By Dirk Flinthart - posted Thursday, 15 August 2002

Errr... what? The political and economic implications of the Kyoto Protocols? Strewth! That concept is funny enough in its own right! Political implications of anything are a crapshoot, and even economists never agree on economics, so what the hell am I supposed to say about economic implications of a set of inadequate pollution controls which will never be implemented anyway? Me with my major in Entomology, of all things. Ask me for the bug's-eye view of the Kyoto thingies. Then I might have something to say!
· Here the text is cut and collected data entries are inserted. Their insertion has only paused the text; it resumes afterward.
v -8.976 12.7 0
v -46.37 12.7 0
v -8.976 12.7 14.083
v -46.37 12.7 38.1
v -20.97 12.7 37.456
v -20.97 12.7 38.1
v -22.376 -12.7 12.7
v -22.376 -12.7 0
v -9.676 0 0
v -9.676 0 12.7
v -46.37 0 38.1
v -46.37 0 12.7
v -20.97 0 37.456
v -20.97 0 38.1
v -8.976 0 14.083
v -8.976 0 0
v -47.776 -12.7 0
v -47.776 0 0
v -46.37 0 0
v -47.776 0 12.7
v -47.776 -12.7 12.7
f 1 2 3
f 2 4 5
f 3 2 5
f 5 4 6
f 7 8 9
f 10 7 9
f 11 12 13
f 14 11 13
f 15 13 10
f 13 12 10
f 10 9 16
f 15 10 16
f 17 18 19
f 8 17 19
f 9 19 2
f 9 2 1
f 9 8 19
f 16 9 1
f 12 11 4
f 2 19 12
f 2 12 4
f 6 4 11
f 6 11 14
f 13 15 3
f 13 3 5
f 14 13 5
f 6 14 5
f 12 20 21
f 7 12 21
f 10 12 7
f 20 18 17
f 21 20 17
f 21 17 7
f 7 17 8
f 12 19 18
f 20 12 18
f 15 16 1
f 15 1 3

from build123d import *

# Parameters (mm, degrees)
F1_DEPTH = 12.7
F2_W     = 25.4
F2_H     = 12.7
F3_DEPTH = 38.1
F5_DEPTH = 12.7


# Not quite as in the source:
# - a feature names something its author has since deleted; it is built from what else it names


with BuildPart() as f1:
    # F0 (on Top) → F1 (new body)
    with BuildSketch(Plane.XY):
        Polygon((-9.6761901296, 0), (-47.7761901296, 0), (-47.7761901296, -12.7), (-22.3761901296, -12.7), align=None)
    extrude(amount=F1_DEPTH)

    # F2 (on Top) → F3 (join)
    with BuildSketch(Plane.XY):
        with Locations((-33.6697670078, 6.35)):
            Rectangle(F2_W, F2_H)
    extrude(amount=F3_DEPTH)

    # F4 (on Front) → F5 (join)
    with BuildSketch(Plane.XZ):
        Polygon((-21.0471171886, 37.6062467694), (-21.3566347957, 0), (-8.9759770781, 0), (-8.9759770781, 14.0829980373), align=None)
    extrude(amount=-F5_DEPTH)


solid = f1.part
Still, I suppose I'd better come up with something. Let me just wave the old prognosticator's wand... siddown in the back, dammit: prognostication is still legal in this state, I think. Oh. Okay: here's one: Ahem... 'Quorn' will not become any more popular as a result of the Kyoto Protocols, but due to the non-implementation of those protocols (and their basic ineffectiveness in the first place) a lot more people are gonna wind up eating the stuff. Bleah!

'Quorn'. Who comes up with a name like that, anyhow? Surely a moment of genius in the history of marketing...
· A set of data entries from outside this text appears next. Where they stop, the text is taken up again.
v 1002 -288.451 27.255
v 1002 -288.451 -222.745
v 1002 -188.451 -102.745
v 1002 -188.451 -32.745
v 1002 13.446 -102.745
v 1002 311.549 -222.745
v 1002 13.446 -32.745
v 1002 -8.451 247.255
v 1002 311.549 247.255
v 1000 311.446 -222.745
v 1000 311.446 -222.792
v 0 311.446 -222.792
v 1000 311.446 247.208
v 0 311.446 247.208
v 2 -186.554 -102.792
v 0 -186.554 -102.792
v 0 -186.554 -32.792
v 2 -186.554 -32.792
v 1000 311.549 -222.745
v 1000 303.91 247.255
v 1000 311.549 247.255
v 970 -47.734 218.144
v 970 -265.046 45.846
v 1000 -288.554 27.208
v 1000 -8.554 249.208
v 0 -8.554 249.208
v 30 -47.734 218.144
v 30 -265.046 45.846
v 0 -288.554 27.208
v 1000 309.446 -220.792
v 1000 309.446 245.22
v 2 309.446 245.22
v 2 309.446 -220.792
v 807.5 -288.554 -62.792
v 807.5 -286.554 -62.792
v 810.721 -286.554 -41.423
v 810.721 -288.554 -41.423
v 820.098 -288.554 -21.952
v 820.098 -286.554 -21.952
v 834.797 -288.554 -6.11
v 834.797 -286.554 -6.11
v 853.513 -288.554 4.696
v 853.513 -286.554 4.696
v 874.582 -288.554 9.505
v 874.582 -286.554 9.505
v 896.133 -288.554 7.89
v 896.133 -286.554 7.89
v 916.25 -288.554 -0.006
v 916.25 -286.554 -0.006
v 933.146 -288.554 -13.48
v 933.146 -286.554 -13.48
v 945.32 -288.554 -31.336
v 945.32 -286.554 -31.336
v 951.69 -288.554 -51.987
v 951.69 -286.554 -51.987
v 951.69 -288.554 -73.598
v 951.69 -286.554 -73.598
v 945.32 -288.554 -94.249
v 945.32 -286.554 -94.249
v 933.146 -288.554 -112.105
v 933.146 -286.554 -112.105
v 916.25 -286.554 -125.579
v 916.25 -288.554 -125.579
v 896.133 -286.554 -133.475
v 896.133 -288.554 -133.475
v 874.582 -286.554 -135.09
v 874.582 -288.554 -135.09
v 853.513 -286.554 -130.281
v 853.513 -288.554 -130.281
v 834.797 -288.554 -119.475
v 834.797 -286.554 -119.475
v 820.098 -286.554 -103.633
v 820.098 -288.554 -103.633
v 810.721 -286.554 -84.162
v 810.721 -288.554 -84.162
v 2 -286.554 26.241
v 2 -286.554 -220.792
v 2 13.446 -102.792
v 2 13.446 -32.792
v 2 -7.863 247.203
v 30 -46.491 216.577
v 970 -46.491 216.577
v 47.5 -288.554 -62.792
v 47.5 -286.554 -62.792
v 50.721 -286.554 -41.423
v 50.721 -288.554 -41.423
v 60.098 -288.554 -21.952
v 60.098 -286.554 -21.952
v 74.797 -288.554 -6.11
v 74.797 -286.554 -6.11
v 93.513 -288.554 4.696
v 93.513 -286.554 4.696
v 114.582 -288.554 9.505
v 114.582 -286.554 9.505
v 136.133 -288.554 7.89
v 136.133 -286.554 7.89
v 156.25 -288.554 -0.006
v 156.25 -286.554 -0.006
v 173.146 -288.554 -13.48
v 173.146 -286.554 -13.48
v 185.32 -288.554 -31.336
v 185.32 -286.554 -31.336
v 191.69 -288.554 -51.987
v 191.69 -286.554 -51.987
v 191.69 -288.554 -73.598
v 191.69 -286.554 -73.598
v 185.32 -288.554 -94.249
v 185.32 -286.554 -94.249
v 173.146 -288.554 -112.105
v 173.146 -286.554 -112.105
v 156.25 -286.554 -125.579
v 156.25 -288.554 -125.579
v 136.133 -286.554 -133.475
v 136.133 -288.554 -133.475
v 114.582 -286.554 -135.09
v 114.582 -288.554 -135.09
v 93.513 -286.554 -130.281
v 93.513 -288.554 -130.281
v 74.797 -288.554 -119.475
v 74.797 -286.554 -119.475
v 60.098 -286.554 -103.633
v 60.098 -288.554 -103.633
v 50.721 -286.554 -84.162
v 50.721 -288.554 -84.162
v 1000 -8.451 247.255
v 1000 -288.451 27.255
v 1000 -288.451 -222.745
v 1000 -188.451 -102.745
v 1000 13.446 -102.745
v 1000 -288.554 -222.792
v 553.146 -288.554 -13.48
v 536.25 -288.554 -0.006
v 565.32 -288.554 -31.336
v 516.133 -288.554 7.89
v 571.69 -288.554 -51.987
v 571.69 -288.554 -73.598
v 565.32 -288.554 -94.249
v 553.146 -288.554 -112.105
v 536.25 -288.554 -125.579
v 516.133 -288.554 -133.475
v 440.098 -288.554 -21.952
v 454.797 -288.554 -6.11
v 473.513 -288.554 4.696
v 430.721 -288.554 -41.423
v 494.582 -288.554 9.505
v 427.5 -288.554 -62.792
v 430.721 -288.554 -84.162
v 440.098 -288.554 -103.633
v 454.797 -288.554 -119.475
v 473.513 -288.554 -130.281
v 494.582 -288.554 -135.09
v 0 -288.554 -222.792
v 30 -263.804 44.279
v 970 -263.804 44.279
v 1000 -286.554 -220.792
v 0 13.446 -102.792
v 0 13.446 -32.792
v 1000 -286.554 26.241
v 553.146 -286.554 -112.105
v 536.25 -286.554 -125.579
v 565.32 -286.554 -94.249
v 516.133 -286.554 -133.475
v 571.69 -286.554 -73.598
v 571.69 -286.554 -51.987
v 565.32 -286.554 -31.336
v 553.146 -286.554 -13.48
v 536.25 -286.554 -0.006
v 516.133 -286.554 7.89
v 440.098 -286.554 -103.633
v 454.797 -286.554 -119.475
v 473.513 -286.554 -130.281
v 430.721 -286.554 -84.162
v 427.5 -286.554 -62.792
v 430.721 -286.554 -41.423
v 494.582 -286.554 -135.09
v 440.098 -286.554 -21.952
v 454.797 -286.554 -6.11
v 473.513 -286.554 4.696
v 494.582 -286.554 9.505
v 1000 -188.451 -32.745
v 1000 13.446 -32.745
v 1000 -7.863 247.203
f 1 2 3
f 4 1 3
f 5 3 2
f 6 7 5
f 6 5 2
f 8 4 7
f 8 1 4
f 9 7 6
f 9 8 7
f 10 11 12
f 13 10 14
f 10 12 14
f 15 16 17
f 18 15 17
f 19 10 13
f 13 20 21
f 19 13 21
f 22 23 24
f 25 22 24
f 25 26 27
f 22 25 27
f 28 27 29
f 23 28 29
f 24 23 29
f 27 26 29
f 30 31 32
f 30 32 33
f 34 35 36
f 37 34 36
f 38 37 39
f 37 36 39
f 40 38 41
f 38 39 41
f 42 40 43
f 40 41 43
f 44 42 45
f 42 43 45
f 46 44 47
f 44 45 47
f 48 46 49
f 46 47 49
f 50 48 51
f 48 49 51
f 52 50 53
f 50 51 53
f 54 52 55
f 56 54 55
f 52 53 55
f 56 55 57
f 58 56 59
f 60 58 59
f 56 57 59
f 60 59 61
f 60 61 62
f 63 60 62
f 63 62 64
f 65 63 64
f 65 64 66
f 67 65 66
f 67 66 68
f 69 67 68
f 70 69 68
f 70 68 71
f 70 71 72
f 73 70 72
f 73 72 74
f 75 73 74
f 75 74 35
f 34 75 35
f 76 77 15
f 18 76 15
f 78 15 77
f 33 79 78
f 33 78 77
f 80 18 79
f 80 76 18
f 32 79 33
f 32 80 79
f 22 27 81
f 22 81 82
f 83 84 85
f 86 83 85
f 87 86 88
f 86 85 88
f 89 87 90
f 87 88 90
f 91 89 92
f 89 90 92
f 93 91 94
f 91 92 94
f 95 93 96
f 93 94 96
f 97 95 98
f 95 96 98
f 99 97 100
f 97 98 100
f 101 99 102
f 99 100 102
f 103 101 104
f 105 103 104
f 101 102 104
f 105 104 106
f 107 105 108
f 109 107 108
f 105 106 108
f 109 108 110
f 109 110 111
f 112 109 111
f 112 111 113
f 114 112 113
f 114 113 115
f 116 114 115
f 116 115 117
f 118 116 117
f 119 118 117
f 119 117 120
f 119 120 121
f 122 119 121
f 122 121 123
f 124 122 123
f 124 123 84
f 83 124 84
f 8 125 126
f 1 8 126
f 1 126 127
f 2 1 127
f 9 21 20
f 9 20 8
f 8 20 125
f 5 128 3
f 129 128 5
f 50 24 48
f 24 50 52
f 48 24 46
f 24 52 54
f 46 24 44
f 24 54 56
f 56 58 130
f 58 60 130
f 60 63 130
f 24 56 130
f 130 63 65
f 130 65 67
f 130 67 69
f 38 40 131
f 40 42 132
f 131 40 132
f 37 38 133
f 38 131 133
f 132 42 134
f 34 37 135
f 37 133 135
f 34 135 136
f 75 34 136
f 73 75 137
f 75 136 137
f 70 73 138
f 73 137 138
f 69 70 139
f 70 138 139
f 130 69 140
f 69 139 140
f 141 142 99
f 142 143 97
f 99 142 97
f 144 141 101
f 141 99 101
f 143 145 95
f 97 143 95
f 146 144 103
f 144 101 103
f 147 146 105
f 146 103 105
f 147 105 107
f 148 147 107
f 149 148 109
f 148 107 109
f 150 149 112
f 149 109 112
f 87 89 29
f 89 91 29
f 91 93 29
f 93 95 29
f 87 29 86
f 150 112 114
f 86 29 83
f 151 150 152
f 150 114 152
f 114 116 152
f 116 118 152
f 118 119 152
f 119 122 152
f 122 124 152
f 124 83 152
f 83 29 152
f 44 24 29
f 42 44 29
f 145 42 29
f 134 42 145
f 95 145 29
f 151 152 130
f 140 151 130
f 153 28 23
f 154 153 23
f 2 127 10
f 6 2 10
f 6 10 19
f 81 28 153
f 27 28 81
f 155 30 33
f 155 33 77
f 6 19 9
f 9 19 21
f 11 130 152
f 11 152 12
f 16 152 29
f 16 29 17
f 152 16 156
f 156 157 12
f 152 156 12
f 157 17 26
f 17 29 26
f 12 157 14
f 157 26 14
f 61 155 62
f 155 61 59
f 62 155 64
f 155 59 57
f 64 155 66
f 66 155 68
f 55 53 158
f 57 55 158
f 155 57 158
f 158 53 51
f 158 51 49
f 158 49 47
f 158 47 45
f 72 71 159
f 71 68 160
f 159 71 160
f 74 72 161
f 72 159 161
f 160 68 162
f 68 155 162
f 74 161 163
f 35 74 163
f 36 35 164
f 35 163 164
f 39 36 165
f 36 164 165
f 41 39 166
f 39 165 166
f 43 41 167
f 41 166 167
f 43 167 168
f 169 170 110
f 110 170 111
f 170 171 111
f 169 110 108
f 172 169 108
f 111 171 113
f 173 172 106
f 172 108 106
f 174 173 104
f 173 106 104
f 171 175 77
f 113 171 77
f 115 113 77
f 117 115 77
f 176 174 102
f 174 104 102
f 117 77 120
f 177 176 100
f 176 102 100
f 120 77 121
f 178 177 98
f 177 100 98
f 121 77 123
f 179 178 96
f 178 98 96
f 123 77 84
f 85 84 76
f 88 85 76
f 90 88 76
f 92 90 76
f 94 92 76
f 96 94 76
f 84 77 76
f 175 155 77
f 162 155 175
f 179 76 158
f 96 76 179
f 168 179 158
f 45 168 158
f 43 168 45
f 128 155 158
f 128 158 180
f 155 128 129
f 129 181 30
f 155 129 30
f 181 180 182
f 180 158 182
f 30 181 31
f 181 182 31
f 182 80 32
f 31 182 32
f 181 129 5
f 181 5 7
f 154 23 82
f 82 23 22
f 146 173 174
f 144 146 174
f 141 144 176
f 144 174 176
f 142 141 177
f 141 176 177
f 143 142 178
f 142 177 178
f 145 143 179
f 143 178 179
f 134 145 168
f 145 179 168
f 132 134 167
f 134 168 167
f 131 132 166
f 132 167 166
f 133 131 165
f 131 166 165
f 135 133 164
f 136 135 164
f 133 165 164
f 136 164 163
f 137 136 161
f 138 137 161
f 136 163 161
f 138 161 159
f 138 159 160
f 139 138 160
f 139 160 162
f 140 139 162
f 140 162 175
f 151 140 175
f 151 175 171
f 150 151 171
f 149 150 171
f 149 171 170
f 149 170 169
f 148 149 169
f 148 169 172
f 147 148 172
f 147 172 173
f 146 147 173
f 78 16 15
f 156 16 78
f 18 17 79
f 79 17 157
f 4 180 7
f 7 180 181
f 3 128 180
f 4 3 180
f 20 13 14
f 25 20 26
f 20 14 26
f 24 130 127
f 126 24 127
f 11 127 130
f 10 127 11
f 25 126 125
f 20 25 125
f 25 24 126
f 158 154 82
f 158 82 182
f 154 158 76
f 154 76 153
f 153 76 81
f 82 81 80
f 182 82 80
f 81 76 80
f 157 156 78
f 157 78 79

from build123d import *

# Parameters (mm, degrees)
F2_DEPTH = 1000
F3_W     = 940
F3_H     = 277.328980073
F4_DEPTH = 5
F6_D     = 145
F6_DEPTH = 4
F6_TIP   = 43.5623948795
F1_W     = 200
F1_H     = 70
F7_DEPTH = 2
F8_W     = 201.8966459586
F8_H     = 70
F9_DEPTH = 2


with BuildPart() as f2:
    # F1 (on Right) → F2 (new body)
    with BuildSketch(Plane.YZ):
        Polygon((-288.5542339748, 27.2076225815), (-288.5542339748, -222.7923774185), (311.4457660252, -222.7923774185), (311.4457660252, 247.2076225815), (-8.5542339748, 249.2076225815), align=None)
        Polygon((-286.5542339748, 26.2409870095), (-7.8630740966, 247.2032637701), (309.4457660252, 245.2200835194), (309.4457660252, -220.7923774185), (-286.5542339748, -220.7923774185), align=None, mode=Mode.SUBTRACT)
    extrude(amount=F2_DEPTH)

    # F3 (on face) → F4 (cut)
    with BuildSketch(Plane(origin=(0, -124.6227615588, 157.1818614256), x_dir=(1, 0, 0), z_dir=(0, -0.6212762255, 0.7835916358))):
        with Locations((500, -40.5407451073)):
            Rectangle(F3_W, F3_H)
    extrude(amount=-F4_DEPTH, mode=Mode.SUBTRACT)

    # F6
    with Locations(Plane.XZ.offset(288.5542339748)):
        with Locations((120, -62.7923774185), (500, -62.7923774185), (880, -62.7923774185)):
            Hole(F6_D / 2, depth=F6_DEPTH)
            with Locations((0, 0, -(F6_DEPTH + F6_TIP / 2))):  # 118° drill point
                Cone(0, F6_D / 2, F6_TIP, mode=Mode.SUBTRACT)

    # F1 (on Right) → F7 (join)
    with BuildSketch(Plane.YZ):
        Polygon((309.4457660252, 245.2200835194), (-7.8630740966, 247.2032637701), (-286.5542339748, 26.2409870095), (-286.5542339748, -220.7923774185), (309.4457660252, -220.7923774185), align=None)
        with Locations((-86.5542339748, -67.7923774185)):
            Rectangle(F1_W, F1_H, mode=Mode.SUBTRACT)
    extrude(amount=F7_DEPTH)

    # F8 (on face) → F9 (join)
    with BuildSketch(Plane.YZ.offset(1000)):
        Polygon((-288.4508799334, 27.2547214809), (-288.4508799334, -222.7452785191), (311.5491200666, -222.7452785191), (311.5491200666, 247.2547214809), (-8.4508799334, 247.2547214809), align=None)
        with Locations((-87.5025569541, -67.7452785191)):
            Rectangle(F8_W, F8_H, mode=Mode.SUBTRACT)
    extrude(amount=F9_DEPTH)


solid = f2.part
Anyway, then there's that 'Asian Brown Cloud' thing.

At first, I thought I had the answer. The obvious cause of a giant brown cloud over Asia was clearly the huge methane output of all those cows in India. I mean, we're talking a billion or more cattle, farting away all day long. No wonder the pollution cloud is brown, I thought. Then I found out that cows don't pump methane the way people do. They burp it instead, and it's not brown and stanky at all...
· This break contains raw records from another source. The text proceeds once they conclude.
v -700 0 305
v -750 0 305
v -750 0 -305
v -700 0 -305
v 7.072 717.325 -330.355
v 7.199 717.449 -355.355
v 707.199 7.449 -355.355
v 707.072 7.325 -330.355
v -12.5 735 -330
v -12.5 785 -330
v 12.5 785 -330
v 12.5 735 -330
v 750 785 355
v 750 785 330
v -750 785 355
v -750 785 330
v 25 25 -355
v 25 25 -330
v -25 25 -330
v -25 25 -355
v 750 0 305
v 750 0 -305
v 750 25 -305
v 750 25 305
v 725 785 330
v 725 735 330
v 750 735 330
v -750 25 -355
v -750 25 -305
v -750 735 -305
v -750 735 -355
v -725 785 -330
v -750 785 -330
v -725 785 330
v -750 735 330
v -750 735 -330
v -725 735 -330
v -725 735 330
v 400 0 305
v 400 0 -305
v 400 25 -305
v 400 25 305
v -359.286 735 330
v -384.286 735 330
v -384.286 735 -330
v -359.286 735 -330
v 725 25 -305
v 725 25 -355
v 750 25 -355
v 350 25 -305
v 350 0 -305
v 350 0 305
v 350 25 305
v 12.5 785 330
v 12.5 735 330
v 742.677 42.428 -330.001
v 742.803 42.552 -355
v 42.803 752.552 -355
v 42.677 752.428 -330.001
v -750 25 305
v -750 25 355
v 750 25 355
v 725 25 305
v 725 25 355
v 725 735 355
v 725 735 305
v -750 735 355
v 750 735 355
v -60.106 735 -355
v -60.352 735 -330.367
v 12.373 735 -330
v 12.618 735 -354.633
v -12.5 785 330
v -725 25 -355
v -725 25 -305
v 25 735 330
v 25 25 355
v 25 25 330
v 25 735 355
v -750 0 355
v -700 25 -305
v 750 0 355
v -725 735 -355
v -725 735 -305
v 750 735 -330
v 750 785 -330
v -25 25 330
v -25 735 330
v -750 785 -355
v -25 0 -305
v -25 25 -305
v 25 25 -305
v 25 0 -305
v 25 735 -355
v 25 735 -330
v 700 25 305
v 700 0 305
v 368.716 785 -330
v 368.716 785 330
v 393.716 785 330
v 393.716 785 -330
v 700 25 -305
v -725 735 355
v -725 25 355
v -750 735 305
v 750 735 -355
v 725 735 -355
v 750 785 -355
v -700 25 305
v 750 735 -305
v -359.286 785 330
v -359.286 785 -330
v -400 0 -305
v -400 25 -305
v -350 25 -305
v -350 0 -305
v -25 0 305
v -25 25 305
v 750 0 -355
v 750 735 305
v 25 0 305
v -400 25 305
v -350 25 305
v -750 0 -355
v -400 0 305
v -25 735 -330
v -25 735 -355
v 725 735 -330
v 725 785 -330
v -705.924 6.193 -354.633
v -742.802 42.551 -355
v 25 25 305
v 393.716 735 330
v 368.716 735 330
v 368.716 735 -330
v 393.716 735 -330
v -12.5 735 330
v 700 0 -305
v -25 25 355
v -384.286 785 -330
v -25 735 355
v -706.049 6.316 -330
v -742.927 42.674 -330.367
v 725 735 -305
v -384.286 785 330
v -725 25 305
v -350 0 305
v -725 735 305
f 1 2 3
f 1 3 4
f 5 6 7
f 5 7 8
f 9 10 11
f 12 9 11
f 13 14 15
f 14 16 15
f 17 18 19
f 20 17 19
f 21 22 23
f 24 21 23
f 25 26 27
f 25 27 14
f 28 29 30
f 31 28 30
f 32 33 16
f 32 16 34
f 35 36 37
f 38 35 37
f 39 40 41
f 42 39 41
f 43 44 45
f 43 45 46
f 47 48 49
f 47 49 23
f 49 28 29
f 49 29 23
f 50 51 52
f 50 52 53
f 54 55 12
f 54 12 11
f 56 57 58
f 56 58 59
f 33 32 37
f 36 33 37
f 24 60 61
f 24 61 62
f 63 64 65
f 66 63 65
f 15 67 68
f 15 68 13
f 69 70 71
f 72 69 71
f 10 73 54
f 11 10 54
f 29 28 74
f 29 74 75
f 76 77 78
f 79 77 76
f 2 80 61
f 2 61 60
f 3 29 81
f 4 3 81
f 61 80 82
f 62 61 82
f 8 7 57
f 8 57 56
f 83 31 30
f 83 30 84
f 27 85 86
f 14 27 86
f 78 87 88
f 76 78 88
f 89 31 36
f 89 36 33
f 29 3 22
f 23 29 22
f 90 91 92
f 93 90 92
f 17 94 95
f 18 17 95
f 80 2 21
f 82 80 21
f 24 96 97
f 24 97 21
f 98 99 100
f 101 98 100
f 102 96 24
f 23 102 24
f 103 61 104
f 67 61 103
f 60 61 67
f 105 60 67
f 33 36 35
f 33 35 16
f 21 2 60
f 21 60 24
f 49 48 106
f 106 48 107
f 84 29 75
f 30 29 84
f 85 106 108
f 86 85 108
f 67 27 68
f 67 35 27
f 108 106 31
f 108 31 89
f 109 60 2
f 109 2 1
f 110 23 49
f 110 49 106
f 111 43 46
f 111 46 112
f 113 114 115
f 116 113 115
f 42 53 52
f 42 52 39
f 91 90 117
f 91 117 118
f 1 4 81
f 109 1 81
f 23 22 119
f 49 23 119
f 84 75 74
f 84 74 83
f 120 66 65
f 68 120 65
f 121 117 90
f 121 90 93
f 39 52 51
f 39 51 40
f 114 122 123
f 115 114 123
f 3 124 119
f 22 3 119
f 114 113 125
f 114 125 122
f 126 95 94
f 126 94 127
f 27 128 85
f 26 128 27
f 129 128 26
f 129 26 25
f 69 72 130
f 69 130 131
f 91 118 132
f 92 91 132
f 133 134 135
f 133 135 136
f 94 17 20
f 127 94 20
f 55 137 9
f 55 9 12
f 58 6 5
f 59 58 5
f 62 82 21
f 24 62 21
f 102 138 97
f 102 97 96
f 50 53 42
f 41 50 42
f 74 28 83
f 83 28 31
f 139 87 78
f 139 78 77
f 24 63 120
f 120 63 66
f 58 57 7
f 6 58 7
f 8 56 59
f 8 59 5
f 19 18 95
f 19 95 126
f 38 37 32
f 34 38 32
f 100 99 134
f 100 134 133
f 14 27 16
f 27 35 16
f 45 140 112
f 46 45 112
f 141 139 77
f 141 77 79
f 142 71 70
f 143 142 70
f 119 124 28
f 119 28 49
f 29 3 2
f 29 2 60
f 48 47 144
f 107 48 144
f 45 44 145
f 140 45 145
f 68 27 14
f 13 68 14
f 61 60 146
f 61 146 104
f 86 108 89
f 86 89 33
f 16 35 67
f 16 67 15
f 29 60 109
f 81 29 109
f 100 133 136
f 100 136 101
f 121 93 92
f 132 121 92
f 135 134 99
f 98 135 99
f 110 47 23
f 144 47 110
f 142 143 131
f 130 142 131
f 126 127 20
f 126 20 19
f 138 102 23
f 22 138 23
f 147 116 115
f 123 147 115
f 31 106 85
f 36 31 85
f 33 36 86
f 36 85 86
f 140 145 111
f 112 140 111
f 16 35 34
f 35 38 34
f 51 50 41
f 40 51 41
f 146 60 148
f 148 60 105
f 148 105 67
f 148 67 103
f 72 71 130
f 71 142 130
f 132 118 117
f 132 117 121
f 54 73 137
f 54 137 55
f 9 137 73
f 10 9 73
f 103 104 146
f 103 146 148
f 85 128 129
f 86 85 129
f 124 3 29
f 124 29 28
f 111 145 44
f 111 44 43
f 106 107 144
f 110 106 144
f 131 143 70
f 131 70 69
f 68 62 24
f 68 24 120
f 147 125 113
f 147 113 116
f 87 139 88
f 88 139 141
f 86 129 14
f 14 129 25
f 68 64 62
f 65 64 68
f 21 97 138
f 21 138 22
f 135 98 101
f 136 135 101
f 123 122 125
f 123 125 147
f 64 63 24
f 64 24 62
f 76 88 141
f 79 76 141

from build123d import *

# Parameters (mm, degrees)
SQUARE_RODS_SQUARE_BAR_50_1_OUTLINE_W          = 1500
SQUARE_RODS_SQUARE_BAR_50_1_OUTLINE_H          = 50
SQUARE_RODS_SQUARE_BAR_50_1_DEPTH              = 25
SQUARE_RODS_START                              = 725
SQUARE_RODS_SQUARE_BAR_50_1_2_OUTLINE_W        = 710
SQUARE_RODS_SQUARE_BAR_50_1_2_OUTLINE_H        = 50
SQUARE_RODS_SQUARE_BAR_50_1_2_DEPTH            = 25
SQUARE_RODS_SQUARE_BAR_50_1_3_OUTLINE_W        = 1500
SQUARE_RODS_SQUARE_BAR_50_1_3_OUTLINE_H        = 50
SQUARE_RODS_SQUARE_BAR_50_1_3_DEPTH            = 25
SQUARE_RODS_SQUARE_BAR_50_1_4_OUTLINE_W        = 710
SQUARE_RODS_SQUARE_BAR_50_1_4_OUTLINE_H        = 50
SQUARE_RODS_SQUARE_BAR_50_1_4_DEPTH            = 25
SQUARE_RODS_START_2                            = -305
SQUARE_RODS_SQUARE_BAR_50_1_5_OUTLINE_W        = 50
SQUARE_RODS_SQUARE_BAR_50_1_5_OUTLINE_H        = 25
SQUARE_RODS_SQUARE_BAR_50_1_5_DEPTH            = 610
SQUARE_RODS_SQUARE_BAR_50_1_6_OUTLINE_W        = 50
SQUARE_RODS_SQUARE_BAR_50_1_6_OUTLINE_H        = 25
SQUARE_RODS_SQUARE_BAR_50_1_6_DEPTH            = 610
SQUARE_RODS_START_3                            = -25
SQUARE_RODS_SQUARE_BAR_50_1_7_OUTLINE_W        = 710
SQUARE_RODS_SQUARE_BAR_50_1_7_OUTLINE_H        = 25
SQUARE_RODS_SQUARE_BAR_50_1_7_DEPTH            = 50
But you know, the Kyoto Protocols don't say a damned thing about cows anyway. So my plan to create millions of Aged Care Facilities For Sacred Cows across India, managed by Bronwyn Bishop and funded by McDonalds, is doomed to come to naught. Pity. However, the problem has not gone unnoticed. Those cunning devils down at CSIRO Central have noticed something about Skippy which is rather different from Bessy...

Anyway, the whole Asian Brown Cloud thing is a storm in a teacup. One day, what with all the stars and galaxies being constantly in motion, the solar system is going to pass through something like this:

And what are your Kyoto Protocols going to do about that, eh? Nothing in them about a rain of beer, I notice.

My personal suspicion is that George Dubya doesn't give a damn about the Kyoto Protocols. In fact, I think he's based most of his environmental thinking around this movie:

It's the only rational explanation I can come up with. By the way, while visiting that excellent site, I must urge you to please, please play the song...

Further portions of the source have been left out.